Authors Note: A client of mine told me about this back in 2014 and I have not stopped talking about it since then. Nothing has influenced my thinking on technology strategy more than this framework, and I am excited to share it with you.
Young brilliant minds can be unencumbered by they way things are and, when effectively unleashed, can come up with solutions that are revolutionary in their simplicity and scalability.
“It doesn’t make sense to hire smart people and tell them what to do; we hire smart people so they can tell us what to do.” – Steve Jobs
“I hire people brighter than me and get out of their way.” – Lee Iacocca
This is great when re-thinking how people communicate, shop, or travel. It’s not great when these brilliant minds are trying to re-invent your accounting software.
Critical to your success is understanding when innovation is truly needed, and when the default is good enough. Unfortunately most organizations are not able to strike a balance. They either try to re-invent EVERYTHING or copy EVERYTHING. Below is a framework that you can use to have it both ways.

The pace laying model divides your application infrastructure up into 3 main components – each with a different purpose and a different strategy to it. The arrow (1) demonstrates the direction of technology (towards commodification) so you always want to make sure that what you are innovating can fit into your platform and your core infrastructure to support scalability. This is why an MVP should be well engineered, not an excuse for sloppy work. If it is effective, it will be a big part of your infrastructure for years to come. From the bottom up, the different layers are as follows:
- Core Systems – Commodity applications (like accounting software or CRM) that are commercial available and are relatively mature (i.e. they have been around a long time and have not changed much) as a technology. These systems need to to work 100% of the time and changing them should be rigorously justified. Flexibility isn’t important for core systems, consistency is.
- Differentiating Systems – These consist of the “secret sauce” that differentiates your business in the marketplace. It could be great customer service, a strong social media capability or a friction less buying experience. These applications are in their teens – they need to be able to scale and work reliably, but they also need to be flexible enough to respond to the needs of customers and the marketplace.
- Innovating Systems – Are the next big bets of the organization. These applications are more likely to fail than be the next big thing (and that’s the point!). They need to be flexible, nimble, and able to use data to demonstrate their utility and prove their initial hypothesis. If it doesn’t work? Shut it down and move on.

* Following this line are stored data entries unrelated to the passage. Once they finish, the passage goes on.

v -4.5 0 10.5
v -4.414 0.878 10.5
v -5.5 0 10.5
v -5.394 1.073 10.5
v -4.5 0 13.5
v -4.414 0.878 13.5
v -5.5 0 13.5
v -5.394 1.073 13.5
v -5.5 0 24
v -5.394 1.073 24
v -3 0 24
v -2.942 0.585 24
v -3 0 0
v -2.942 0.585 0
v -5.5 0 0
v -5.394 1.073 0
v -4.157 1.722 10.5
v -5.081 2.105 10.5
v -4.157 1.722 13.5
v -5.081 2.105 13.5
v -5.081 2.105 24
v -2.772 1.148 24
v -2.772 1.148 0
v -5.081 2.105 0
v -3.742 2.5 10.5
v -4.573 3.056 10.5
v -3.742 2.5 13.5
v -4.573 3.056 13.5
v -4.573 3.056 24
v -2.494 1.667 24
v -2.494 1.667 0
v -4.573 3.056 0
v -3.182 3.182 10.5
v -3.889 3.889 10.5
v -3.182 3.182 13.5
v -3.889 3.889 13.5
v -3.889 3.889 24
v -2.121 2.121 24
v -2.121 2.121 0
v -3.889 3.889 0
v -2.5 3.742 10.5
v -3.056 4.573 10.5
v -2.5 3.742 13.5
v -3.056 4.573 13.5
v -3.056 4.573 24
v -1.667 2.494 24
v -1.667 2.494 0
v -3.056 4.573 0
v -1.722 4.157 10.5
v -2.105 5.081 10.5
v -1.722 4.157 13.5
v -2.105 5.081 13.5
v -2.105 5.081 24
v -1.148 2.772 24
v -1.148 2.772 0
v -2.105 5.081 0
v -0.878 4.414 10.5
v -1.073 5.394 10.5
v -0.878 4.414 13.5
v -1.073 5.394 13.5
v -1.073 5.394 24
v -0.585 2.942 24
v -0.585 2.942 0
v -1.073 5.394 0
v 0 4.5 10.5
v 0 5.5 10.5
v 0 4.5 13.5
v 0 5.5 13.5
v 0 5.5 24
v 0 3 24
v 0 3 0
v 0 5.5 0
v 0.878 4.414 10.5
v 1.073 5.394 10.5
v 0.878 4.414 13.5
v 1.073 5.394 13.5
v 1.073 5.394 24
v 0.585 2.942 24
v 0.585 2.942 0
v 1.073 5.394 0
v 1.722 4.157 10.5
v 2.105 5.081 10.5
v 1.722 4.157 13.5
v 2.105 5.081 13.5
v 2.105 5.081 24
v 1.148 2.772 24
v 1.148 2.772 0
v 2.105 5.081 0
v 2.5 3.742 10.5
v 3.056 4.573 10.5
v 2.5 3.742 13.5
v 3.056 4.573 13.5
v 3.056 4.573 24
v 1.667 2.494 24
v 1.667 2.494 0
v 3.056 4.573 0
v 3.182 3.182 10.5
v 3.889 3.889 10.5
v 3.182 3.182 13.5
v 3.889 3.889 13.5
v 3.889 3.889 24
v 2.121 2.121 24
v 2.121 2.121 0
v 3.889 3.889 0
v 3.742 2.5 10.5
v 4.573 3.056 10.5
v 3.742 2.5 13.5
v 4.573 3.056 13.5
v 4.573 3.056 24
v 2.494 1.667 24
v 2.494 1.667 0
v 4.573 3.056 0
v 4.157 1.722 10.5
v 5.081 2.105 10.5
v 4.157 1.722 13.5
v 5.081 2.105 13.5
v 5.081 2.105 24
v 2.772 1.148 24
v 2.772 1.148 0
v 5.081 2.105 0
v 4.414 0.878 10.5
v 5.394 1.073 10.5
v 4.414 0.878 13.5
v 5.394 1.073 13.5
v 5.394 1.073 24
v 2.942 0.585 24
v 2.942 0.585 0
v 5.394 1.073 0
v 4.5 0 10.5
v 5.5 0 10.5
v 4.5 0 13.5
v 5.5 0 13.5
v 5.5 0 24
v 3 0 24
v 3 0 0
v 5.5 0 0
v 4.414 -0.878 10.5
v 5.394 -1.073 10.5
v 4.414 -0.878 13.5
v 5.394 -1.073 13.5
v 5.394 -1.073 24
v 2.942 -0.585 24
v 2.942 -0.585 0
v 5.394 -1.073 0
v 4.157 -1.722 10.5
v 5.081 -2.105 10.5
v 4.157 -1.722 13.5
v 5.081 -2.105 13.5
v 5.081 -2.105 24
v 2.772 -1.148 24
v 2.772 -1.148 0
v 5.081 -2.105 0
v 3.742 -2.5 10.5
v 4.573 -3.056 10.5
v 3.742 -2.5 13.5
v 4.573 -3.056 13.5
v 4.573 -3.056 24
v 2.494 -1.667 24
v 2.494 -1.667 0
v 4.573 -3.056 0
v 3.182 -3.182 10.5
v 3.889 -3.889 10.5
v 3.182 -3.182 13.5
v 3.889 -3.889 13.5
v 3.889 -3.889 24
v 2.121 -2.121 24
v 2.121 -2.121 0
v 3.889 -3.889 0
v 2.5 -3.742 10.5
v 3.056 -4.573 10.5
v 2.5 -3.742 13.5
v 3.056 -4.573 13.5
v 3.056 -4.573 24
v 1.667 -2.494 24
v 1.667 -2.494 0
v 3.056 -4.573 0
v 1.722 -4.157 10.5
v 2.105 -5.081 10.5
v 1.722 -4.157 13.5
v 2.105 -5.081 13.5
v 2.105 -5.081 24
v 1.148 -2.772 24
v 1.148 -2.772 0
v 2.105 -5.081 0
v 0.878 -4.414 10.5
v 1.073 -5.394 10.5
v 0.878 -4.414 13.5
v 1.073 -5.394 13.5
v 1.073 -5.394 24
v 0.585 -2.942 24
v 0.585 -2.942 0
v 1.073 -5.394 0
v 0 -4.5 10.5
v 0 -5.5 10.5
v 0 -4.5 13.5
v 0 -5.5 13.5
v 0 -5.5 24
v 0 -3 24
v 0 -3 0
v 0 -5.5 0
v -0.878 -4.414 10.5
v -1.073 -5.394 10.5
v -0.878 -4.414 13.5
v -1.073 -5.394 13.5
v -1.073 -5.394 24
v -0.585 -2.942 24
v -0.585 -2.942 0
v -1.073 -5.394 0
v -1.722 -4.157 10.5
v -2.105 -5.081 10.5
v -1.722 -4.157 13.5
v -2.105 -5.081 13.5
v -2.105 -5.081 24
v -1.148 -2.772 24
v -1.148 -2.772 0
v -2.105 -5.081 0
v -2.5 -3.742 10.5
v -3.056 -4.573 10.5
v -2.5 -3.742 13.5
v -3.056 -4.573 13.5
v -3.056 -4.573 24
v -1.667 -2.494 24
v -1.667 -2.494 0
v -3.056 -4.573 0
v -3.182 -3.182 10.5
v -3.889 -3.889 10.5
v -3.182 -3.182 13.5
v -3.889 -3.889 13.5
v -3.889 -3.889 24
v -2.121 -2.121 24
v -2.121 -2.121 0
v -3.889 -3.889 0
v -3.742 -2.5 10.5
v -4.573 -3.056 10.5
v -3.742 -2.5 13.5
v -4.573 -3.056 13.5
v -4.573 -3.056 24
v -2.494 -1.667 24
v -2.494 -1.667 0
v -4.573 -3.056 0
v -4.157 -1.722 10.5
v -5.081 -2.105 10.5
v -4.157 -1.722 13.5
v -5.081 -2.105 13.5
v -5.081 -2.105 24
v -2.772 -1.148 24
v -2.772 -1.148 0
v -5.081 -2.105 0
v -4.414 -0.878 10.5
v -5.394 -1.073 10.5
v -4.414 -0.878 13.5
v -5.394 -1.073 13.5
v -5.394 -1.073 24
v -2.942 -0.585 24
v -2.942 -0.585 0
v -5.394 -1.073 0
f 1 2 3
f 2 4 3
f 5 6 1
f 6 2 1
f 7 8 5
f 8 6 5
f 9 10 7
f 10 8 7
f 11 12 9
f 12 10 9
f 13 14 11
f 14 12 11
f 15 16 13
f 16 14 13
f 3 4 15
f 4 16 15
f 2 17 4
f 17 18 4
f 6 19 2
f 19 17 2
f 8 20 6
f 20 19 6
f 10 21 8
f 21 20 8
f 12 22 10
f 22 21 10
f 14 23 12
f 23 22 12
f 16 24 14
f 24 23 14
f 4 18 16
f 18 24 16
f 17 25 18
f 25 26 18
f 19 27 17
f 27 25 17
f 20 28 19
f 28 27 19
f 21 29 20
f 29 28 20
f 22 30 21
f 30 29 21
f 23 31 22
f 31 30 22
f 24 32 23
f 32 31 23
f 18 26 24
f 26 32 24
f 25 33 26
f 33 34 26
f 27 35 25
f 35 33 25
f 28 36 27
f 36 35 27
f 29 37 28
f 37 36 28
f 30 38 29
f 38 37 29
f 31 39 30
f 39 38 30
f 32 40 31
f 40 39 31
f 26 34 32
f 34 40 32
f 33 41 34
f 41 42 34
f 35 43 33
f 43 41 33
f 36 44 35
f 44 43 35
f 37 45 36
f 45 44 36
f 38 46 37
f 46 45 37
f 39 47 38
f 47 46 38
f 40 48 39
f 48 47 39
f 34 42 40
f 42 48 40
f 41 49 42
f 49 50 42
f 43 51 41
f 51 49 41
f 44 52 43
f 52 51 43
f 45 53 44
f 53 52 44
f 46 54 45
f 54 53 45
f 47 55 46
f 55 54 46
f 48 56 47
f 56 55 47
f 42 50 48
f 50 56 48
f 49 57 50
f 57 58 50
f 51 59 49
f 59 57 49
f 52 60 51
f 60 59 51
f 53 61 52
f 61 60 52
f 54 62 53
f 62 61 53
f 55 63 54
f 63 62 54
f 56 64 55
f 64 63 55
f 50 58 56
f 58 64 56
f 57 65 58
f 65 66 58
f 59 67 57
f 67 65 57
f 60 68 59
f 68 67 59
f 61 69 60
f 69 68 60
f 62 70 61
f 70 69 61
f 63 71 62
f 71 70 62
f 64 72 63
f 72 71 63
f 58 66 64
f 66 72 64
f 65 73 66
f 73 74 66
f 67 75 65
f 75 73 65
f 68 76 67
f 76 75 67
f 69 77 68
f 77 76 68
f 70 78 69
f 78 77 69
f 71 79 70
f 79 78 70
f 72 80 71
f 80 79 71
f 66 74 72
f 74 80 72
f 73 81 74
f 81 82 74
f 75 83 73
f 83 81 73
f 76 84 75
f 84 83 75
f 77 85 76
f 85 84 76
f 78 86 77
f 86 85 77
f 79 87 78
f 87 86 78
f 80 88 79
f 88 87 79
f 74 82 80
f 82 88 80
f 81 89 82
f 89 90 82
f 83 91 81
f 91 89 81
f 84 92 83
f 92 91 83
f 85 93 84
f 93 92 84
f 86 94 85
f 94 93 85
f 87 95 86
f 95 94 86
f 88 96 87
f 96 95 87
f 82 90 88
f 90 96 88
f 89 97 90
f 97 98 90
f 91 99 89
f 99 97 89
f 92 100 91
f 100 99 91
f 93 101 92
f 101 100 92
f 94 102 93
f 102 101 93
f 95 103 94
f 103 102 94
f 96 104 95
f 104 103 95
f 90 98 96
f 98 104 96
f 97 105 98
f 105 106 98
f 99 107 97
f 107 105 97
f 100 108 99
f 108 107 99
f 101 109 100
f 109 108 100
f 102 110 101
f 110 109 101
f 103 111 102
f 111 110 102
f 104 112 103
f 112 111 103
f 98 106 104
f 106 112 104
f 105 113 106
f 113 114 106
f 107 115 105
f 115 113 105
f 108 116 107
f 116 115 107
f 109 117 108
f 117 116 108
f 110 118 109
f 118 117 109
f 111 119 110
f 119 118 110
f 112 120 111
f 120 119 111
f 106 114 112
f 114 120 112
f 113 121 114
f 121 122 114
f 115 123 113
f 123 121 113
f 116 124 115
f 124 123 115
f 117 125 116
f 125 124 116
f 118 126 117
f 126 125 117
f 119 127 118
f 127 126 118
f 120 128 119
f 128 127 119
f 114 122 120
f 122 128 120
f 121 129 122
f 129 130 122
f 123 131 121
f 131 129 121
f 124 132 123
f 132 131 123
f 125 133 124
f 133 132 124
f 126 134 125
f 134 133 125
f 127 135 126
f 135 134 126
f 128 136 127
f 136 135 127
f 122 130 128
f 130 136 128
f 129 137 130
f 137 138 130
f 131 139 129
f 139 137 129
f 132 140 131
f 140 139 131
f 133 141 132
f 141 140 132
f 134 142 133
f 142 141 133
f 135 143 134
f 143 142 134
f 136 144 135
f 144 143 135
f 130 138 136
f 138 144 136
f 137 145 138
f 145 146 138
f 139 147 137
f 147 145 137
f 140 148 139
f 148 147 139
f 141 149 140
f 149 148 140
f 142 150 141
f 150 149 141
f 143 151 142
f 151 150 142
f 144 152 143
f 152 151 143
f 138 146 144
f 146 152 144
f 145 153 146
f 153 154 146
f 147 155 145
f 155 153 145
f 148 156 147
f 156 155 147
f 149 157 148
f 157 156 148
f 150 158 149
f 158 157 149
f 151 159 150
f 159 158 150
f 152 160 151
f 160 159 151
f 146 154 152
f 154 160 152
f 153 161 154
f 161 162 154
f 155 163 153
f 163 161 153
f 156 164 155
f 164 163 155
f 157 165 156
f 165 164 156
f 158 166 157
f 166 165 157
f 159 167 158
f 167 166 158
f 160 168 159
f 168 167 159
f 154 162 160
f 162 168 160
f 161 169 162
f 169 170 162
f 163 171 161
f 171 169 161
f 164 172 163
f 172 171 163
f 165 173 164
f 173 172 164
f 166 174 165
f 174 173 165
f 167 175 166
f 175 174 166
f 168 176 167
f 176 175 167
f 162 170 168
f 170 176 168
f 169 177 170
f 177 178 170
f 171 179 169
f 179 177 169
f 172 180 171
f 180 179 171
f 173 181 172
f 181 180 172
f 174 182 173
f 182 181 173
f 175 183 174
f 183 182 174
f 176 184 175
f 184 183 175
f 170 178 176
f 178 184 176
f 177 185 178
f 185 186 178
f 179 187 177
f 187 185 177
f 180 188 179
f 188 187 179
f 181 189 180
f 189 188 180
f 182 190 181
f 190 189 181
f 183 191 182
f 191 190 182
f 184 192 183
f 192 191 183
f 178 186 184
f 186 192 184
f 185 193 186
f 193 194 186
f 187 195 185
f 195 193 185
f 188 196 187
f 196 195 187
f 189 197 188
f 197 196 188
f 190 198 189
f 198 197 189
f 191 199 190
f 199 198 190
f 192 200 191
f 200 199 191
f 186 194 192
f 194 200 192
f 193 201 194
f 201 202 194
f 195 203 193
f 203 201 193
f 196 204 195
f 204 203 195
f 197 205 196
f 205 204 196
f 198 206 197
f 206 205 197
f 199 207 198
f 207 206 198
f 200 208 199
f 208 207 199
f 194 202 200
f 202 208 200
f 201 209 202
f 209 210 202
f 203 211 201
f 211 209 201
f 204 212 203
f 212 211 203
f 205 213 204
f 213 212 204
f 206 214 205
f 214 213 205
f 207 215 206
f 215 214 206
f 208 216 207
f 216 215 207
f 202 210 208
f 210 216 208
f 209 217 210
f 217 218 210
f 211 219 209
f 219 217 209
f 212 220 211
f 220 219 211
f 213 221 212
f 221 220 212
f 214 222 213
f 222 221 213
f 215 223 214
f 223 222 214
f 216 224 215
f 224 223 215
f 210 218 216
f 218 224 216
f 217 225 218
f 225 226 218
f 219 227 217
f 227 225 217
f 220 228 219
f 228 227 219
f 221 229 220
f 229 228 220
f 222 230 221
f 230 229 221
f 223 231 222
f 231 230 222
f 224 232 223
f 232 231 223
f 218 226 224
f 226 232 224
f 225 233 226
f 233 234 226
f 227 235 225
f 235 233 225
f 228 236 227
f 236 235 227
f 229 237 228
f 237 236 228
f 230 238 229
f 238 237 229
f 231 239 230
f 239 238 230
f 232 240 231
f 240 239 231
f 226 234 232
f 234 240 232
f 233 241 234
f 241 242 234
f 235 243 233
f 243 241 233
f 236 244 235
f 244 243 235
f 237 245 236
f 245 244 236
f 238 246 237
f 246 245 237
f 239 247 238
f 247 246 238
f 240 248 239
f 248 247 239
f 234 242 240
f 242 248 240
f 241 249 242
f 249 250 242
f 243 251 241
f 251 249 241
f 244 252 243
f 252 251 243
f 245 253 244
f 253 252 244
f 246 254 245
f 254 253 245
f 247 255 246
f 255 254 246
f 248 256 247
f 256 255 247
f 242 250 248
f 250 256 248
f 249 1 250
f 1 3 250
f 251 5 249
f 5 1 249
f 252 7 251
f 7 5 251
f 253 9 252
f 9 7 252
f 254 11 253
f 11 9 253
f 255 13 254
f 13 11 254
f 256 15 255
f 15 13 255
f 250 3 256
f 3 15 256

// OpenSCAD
$fn = 32;

// ----------------------------------------------------------------------
// Grooved revolve: stepped, bore R3
// ----------------------------------------------------------------------

// --- parameters (mm) ---
bore_r = 3;               // bore radius
outer_r = 5.5;            // outer radius of the body
total_h = 24;             // overall height, Z
wall = 2.5;               // radial wall thickness
groove_w = 3;             // groove width
groove_d = 1;             // groove depth
grooves = 1;              // number of outer grooves

bbox_x = 2 * outer_r;  // full diameter
bore_d = 2 * bore_r;  // bore diameter
body_d = 2 * outer_r;  // body diameter
revolve_angle = 360;  // full turn around the Z axis

profile = [[3, 0], [5.5, 0], [5.5, 10.5], [4.5, 10.5], [4.5, 13.5], [5.5, 13.5], [5.5, 24], [3, 24]];  // primary outline, 8 points, counter clockwise

// --- the one profile operation ---
rotate_extrude(angle = revolve_angle) polygon(points = profile);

The value of this framework is it enables decision makers (like you today, or you someday!) to best prioritize your efforts and determine what the best solution is. Innovative? go for it! Core? Probably best to see what else is out there. Tactically you can use this framework like this.
- Don’t re-invent the wheel – Core applications are mature, and you are probably better off partnering with someone who has been doing it a long time. You don’t need to re-invent accounting software, just find someone who has been doing it well and copy them. This allows you to focus your resources where they needed and ensures that you can take advantage of established learning and best practices.
- The messy middle – When you find something that makes you stand out, make sure that it can be easily integrated into our core infrastructure. This is how you can create a platform (I know, everything is called platform these days, but before it got jargony this is what it meant). Ultimately, these applications will be copied and commodified and it is important to build the right infrastructure with that in mind so that application maintenance and overhead can decrease over time rather than increasing in the form of a large scale re-platforming.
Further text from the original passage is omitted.